20th mai2012

[Film - Critique] Miss Bala de Gerardo Naranjo : Entre témoignage et exercice de style… Bancal.

by Rick et Pick

Quand les lauriers et le glamour côtoient les cartels et la drogue… Miss Bala (présenté au Festival de Cannes en 2011, section Un Certain Regard) fait se côtoyer dans un jeu de miroir et de paradoxes l’univers lisse des Miss beauté à celui, impitoyable, des trafiquants de drogues, qui règnent sur le Mexique des années 2000. Gerardo Naranjo s’essaie donc au récit mi-poétique mi-dénonciateur avec ce long métrage très stylisé, à la mise en scène un peu trop nombriliste pour pouvoir espérer le coup de poing réaliste qu’un tel sujet appelait.

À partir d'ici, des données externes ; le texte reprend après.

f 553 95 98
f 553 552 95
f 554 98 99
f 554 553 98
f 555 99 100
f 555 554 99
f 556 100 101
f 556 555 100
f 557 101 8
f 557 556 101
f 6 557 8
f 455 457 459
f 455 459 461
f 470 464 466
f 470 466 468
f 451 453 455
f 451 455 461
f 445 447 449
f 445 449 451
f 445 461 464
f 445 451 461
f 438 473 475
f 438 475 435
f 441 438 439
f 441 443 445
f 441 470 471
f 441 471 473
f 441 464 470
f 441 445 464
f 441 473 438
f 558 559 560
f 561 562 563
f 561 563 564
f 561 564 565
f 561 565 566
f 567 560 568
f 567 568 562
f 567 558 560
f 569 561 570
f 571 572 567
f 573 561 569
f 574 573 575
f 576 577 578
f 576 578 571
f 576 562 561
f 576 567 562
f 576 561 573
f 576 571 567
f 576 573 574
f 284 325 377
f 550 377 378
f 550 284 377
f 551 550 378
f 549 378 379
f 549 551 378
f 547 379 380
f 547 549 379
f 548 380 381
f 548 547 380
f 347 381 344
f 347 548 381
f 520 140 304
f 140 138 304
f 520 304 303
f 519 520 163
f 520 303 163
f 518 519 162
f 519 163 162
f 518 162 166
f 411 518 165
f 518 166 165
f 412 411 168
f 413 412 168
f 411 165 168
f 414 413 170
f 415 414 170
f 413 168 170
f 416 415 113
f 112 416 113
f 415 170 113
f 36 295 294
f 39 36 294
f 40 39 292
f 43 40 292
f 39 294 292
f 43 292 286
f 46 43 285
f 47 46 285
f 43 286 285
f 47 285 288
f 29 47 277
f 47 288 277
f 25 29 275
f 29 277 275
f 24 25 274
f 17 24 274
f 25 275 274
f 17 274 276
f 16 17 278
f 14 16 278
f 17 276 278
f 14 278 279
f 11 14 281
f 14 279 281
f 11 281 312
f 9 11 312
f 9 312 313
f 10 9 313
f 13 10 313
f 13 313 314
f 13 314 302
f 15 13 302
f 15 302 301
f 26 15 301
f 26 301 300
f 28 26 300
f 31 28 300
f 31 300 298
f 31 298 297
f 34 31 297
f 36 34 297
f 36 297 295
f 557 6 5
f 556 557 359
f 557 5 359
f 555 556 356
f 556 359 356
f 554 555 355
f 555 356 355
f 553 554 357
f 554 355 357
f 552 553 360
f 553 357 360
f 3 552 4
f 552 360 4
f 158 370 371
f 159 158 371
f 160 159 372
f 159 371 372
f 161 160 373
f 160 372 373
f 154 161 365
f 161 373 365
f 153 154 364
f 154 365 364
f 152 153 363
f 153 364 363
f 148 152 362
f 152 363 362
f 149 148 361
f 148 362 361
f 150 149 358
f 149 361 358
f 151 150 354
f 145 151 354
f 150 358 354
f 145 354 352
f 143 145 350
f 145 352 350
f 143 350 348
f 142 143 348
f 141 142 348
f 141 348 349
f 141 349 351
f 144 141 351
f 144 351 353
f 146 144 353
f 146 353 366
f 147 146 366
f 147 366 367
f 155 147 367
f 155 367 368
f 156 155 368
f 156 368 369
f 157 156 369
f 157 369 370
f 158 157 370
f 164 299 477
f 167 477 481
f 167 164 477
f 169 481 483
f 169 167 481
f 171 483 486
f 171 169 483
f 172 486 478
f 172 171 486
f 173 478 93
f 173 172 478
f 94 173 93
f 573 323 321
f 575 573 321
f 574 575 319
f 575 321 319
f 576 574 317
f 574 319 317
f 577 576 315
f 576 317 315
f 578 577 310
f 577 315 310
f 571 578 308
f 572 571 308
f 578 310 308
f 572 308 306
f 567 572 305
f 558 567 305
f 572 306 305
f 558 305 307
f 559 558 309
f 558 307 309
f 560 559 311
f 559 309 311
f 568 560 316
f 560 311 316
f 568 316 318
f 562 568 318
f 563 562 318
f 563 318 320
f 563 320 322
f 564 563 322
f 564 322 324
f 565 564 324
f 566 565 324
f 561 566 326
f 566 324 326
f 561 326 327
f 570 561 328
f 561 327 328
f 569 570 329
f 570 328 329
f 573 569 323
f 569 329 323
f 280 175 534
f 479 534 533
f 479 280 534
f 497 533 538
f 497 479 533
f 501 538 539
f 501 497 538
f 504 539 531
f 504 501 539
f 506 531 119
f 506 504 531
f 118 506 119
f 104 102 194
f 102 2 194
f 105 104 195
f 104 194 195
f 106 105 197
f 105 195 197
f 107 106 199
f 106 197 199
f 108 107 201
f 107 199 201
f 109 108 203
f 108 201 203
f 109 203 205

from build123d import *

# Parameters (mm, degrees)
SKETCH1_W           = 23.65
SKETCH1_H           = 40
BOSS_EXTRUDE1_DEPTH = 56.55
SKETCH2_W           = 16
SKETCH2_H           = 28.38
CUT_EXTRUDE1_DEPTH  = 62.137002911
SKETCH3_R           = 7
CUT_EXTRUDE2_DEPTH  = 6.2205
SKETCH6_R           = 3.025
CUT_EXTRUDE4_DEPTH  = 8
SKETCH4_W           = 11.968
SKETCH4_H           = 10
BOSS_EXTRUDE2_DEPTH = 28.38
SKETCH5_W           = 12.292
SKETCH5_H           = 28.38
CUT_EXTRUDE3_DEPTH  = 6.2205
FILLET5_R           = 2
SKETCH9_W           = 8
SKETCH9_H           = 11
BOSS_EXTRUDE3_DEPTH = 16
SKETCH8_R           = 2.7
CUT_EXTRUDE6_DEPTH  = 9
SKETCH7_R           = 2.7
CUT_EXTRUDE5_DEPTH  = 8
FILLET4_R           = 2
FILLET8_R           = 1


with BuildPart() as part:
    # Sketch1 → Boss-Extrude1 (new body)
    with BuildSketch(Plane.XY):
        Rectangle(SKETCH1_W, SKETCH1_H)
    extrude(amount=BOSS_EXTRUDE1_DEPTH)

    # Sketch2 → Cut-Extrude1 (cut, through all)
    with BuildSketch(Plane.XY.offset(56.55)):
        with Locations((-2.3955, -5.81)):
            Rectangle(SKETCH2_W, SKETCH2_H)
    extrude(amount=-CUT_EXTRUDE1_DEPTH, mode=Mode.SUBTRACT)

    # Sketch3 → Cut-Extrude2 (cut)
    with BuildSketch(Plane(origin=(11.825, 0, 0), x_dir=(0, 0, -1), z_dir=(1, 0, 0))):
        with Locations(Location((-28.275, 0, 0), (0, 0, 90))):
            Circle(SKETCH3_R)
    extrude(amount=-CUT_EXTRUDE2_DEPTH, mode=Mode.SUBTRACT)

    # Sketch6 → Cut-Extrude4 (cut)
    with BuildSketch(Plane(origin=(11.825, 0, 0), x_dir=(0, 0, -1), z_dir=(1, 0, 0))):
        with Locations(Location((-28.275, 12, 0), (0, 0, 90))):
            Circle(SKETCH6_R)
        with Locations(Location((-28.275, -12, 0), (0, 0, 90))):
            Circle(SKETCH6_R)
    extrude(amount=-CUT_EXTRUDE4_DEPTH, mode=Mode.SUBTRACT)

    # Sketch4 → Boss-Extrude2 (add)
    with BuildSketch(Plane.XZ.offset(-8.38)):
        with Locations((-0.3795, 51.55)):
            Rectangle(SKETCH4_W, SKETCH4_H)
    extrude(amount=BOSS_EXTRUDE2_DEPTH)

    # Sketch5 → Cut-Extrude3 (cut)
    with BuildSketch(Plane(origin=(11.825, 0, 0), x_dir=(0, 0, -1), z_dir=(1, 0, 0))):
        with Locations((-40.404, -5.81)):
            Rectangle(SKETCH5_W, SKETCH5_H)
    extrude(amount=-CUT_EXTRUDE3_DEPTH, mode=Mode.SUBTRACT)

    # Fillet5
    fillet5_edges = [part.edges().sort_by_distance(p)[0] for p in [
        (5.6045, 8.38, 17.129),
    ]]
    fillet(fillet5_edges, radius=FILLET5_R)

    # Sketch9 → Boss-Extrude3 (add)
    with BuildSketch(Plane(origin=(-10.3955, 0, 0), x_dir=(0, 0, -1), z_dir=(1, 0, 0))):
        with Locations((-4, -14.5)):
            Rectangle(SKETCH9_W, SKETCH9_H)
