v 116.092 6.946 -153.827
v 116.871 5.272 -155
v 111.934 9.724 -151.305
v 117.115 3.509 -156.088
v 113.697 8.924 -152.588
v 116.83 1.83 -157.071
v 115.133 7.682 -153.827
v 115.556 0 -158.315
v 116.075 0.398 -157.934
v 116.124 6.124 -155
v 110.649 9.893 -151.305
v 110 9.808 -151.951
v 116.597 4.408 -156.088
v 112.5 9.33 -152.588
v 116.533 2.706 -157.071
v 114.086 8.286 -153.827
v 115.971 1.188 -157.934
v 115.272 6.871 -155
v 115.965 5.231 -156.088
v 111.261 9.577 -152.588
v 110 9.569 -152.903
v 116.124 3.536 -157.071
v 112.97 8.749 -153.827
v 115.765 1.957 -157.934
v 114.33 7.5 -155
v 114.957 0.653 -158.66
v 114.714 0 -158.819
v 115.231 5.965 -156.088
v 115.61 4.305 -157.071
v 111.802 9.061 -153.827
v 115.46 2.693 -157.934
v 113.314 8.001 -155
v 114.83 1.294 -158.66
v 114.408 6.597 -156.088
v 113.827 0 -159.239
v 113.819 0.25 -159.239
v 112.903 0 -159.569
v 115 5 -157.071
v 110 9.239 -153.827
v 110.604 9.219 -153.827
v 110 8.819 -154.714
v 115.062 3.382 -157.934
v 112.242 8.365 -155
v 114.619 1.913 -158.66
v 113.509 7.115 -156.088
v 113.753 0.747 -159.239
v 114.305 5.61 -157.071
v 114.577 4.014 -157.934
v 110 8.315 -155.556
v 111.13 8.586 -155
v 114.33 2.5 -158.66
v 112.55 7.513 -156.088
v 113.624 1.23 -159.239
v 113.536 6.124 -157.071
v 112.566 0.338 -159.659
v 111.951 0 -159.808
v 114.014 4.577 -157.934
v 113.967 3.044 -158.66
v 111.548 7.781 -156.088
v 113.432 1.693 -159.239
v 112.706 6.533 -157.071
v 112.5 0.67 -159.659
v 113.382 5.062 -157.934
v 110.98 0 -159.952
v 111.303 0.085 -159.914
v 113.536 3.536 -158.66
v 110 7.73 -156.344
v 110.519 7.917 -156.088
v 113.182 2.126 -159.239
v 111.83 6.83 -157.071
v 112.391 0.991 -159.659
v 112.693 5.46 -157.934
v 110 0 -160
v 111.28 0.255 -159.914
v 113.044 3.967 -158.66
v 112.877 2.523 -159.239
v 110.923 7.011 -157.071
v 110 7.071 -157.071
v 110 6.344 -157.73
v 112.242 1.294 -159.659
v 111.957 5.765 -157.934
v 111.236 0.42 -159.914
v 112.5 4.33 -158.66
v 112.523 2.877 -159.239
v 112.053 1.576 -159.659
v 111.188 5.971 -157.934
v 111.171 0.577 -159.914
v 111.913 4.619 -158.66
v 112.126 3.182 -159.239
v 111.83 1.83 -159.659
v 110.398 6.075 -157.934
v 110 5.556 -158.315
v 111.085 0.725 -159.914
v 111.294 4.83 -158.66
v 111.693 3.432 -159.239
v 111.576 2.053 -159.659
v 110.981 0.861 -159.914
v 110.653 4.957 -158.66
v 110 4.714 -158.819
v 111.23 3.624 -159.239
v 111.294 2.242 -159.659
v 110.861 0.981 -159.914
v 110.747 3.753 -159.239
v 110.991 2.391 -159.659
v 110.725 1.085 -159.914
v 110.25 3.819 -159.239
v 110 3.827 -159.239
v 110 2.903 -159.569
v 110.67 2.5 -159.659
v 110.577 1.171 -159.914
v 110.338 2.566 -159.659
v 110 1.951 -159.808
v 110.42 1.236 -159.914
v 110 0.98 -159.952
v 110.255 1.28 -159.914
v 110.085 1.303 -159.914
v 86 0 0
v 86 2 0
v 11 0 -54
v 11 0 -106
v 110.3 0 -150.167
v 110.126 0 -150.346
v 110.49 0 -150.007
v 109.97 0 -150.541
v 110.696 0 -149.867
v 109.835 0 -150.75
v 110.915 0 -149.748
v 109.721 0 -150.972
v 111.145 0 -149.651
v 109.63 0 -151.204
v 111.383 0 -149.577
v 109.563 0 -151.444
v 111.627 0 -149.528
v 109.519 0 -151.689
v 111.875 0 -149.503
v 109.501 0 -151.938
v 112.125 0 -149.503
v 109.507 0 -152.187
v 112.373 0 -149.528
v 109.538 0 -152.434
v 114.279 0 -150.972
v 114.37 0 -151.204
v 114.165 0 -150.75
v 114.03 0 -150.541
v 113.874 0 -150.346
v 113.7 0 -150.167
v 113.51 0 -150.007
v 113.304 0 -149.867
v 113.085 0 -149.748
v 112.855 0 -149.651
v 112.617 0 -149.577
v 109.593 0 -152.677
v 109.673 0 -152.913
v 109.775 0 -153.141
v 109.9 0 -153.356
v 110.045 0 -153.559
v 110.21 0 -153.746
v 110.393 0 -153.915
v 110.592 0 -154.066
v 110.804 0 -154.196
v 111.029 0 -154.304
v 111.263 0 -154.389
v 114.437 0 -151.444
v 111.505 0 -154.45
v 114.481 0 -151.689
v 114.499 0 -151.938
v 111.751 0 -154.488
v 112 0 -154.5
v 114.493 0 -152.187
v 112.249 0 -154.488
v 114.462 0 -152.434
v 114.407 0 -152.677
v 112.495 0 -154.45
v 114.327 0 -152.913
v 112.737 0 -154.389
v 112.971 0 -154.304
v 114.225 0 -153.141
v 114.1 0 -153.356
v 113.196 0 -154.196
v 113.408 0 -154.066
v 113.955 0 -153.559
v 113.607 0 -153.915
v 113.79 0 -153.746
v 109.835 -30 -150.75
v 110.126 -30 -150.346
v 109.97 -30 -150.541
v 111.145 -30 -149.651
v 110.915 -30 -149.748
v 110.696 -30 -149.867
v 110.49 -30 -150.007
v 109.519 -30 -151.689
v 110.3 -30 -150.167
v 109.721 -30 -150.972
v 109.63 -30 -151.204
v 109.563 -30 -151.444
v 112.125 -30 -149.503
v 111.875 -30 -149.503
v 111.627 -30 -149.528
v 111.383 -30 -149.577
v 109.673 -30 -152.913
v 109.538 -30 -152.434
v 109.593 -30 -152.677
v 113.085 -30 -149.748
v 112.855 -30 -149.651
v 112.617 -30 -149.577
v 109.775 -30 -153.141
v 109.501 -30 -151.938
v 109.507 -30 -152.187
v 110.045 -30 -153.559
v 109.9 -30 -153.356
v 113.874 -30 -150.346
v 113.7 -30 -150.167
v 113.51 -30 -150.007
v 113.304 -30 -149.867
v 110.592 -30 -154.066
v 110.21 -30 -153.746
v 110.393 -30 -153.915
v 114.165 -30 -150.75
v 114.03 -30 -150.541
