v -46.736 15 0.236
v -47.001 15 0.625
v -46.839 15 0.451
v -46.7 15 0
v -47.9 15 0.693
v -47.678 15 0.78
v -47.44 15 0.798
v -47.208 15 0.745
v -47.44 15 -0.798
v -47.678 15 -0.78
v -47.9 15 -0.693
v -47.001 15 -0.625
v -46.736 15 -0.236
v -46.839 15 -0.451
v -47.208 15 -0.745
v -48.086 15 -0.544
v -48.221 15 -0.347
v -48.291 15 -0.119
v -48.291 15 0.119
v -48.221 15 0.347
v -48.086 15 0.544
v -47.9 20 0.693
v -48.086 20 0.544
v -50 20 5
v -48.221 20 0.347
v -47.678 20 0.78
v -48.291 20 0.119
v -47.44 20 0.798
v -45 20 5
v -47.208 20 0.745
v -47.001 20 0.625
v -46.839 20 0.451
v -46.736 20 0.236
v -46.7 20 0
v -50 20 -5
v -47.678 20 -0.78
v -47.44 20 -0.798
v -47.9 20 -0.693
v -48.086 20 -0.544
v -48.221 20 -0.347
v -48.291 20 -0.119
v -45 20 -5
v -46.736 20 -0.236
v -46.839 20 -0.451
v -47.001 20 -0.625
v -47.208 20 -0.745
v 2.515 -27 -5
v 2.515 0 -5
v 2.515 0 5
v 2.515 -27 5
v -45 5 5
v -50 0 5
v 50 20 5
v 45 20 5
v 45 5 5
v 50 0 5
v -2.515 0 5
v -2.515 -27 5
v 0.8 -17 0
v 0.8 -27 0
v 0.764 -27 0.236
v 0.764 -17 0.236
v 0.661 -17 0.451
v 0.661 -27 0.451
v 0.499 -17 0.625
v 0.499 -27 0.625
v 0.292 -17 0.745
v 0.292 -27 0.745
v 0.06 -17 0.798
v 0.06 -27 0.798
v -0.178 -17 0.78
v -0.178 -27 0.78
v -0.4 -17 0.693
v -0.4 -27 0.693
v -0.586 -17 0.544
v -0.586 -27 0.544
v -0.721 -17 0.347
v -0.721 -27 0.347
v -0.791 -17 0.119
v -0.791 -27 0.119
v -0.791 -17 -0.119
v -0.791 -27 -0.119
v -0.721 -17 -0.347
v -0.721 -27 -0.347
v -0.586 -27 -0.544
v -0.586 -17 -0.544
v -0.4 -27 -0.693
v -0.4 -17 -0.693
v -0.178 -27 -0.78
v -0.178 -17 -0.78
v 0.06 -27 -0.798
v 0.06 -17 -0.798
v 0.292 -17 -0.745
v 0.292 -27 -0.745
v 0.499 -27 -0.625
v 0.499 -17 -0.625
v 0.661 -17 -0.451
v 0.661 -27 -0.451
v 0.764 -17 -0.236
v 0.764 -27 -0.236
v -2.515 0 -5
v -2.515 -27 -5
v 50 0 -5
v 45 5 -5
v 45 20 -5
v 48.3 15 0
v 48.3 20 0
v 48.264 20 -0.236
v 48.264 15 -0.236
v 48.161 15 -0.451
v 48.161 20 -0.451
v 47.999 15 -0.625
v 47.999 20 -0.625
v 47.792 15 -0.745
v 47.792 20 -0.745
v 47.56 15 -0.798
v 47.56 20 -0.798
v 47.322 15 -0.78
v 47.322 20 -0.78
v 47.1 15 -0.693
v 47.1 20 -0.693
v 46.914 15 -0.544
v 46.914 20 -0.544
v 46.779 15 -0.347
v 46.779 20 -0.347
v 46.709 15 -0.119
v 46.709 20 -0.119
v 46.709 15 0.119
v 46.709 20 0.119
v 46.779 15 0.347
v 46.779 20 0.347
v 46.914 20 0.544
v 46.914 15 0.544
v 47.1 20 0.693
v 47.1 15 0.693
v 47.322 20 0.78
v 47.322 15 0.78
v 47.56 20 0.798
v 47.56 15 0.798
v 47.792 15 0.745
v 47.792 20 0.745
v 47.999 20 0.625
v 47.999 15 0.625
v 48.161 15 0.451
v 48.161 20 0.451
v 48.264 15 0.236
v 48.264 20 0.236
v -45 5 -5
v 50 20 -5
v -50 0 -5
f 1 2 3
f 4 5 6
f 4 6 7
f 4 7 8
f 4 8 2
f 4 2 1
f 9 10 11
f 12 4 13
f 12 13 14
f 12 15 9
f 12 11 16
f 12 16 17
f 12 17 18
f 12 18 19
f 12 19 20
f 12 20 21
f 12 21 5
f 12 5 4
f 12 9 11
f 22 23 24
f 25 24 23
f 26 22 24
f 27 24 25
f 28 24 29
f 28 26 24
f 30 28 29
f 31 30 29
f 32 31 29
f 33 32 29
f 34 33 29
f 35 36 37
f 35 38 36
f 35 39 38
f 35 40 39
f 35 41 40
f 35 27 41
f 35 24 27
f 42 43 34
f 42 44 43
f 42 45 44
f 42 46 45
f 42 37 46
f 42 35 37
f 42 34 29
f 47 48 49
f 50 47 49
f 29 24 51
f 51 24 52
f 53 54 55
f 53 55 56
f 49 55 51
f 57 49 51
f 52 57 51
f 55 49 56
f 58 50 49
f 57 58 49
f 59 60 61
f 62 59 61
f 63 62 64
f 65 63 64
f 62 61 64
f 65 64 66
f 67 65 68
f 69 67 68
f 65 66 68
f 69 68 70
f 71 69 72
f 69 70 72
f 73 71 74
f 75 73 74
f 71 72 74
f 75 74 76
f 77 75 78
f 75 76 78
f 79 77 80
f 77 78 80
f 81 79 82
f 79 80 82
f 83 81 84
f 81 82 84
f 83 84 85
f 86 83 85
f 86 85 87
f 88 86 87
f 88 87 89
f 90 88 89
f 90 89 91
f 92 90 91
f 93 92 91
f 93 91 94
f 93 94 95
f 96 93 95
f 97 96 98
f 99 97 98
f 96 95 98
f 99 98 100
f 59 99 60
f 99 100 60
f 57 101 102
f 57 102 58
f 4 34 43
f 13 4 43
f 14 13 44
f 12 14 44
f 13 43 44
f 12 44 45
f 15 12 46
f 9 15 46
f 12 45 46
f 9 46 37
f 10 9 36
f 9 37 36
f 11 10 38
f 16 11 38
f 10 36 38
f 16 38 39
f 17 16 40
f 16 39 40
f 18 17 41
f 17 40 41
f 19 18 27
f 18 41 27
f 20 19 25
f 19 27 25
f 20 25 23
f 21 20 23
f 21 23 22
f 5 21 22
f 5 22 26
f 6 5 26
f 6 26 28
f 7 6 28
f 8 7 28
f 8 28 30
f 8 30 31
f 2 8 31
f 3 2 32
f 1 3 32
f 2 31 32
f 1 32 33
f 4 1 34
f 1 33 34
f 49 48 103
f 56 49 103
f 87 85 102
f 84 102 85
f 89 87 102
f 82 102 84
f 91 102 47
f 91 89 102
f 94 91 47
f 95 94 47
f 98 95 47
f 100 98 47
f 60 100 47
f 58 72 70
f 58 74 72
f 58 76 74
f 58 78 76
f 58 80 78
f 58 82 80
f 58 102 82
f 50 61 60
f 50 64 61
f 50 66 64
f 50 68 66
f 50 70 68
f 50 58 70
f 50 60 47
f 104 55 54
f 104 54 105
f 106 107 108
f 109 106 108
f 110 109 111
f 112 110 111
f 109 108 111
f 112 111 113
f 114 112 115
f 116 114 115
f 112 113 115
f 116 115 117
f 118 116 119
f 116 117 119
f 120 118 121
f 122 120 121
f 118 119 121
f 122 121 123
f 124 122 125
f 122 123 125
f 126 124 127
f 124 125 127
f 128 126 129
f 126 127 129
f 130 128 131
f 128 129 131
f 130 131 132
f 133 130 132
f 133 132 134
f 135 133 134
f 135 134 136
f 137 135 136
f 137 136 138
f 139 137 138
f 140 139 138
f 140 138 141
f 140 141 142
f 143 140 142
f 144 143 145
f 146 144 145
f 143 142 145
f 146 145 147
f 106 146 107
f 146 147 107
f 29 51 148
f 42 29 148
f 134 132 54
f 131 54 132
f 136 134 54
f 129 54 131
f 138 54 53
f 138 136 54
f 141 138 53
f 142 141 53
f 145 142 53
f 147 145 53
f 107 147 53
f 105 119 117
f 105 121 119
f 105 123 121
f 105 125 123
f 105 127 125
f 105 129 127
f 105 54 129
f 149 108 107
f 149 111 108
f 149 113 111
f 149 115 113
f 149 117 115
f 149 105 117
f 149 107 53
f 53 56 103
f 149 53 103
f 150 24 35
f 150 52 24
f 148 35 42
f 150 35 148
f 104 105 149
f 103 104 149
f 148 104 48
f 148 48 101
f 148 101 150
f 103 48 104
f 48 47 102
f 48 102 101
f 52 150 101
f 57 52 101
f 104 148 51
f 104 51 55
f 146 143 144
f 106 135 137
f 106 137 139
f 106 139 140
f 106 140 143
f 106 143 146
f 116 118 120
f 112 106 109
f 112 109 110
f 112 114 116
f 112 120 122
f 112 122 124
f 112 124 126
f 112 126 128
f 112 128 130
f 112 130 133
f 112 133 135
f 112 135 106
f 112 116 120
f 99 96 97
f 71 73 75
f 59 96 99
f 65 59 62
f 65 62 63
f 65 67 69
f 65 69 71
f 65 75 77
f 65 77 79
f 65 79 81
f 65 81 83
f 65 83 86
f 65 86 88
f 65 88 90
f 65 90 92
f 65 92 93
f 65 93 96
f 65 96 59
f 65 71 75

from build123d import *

# Parameters (mm, degrees)
CROQUIS1_W              = 100
CROQUIS1_H              = 10
SALIENTE_EXTRUIR1_DEPTH = 5
CROQUIS2_W              = 5
CROQUIS2_H              = 10
SALIENTE_EXTRUIR2_DEPTH = 15
CROQUIS3_R              = 0.8
CORTAR_EXTRUIR1_DEPTH   = 5
CROQUIS4_W              = 5.029184128
CROQUIS4_H              = 10
SALIENTE_EXTRUIR3_DEPTH = 27
CROQUIS5_R              = 0.8
CORTAR_EXTRUIR2_DEPTH   = 10


with BuildPart() as part:
    # Croquis1 → Saliente-Extruir1 (new body)
    with BuildSketch(Plane(origin=(0, 0, 0), x_dir=(1, 0, 0), z_dir=(0, 1, 0))):
        Rectangle(CROQUIS1_W, CROQUIS1_H)
    extrude(amount=SALIENTE_EXTRUIR1_DEPTH)

    # Croquis2 → Saliente-Extruir2 (add)
    with BuildSketch(Plane(origin=(0, 5, 0), x_dir=(1, 0, 0), z_dir=(0, 1, 0))):
        with Locations((-47.5, 0)):
            Rectangle(CROQUIS2_W, CROQUIS2_H)
        with Locations((47.5, 0)):
            Rectangle(CROQUIS2_W, CROQUIS2_H)
    extrude(amount=SALIENTE_EXTRUIR2_DEPTH)

    # Croquis3 → Cortar-Extruir1 (cut)
    with BuildSketch(Plane(origin=(0, 20, 0), x_dir=(1, 0, 0), z_dir=(0, 1, 0))):
        with Locations((-47.5, 0)):
            Circle(CROQUIS3_R)
        with Locations((47.5, 0)):
            Circle(CROQUIS3_R)
    extrude(amount=-CORTAR_EXTRUIR1_DEPTH, mode=Mode.SUBTRACT)

    # Croquis4 → Saliente-Extruir3 (add)
    with BuildSketch(Plane.XZ):
        Rectangle(CROQUIS4_W, CROQUIS4_H)
    extrude(amount=SALIENTE_EXTRUIR3_DEPTH)

    # Croquis5 → Cortar-Extruir2 (cut)
    with BuildSketch(Plane.XZ.offset(27)):
        Circle(CROQUIS5_R)
    extrude(amount=-CORTAR_EXTRUIR2_DEPTH, mode=Mode.SUBTRACT)


solid = part.part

Au Mexique, le quotidien est rongé par les méfaits des trafiquants de drogues et la corruption. Un climat d’influence et de peur plonge le pays dans une violence que tente de dénoncer au monde le réalisateur mexicain, s’inspirant d’un fait réel à la fin des années 2000. Le top model Laura Zuniga, reine de beauté de 23 ans, est arrêtée en 2008, compromise dans un probable trafic de drogue et d’armes. Marqué par cette affaire, Gerardo Naranjo relate dans Miss Bala une aventure similaire : Laura Guerrero (interprétée par une excellente Stephanie Sigman), appartenant à la classe très populaire, vendeuse de vêtements, se présente à un concours de beauté avec son amie Suzu, sans grands espoirs… Un soir, en discothèque, elle assiste à un règlement de comptes meurtrier et son amie Suzu disparait. La recherche de celle-ci la fera rencontrer, par l’intermédiaire d’une police corrompue, le gang responsable de la tuerie. Lino Valdez (Nino Hernandez), le chef du gang fait chanter celle qui n’est pas encore Miss. Elle servira d’intermédiaire… Laura est alors plongée dans un monde de mort et de pouvoir qu’elle subit, pour mieux protéger sa famille, menacée, et sombre dans un tourbillon mafieux dont elle ne sortira jamais.

Constat amer et fataliste : il n’y a aucun moyen de lutter contre la puissance de ces réseaux. Laura Guerrero sera bien élue Miss Bala, l’infuence du gang aidant… Mais c’est pour mieux approcher le Général Salomon Duarte… L’issue est fatale pour la belle, embarquée malgré elle.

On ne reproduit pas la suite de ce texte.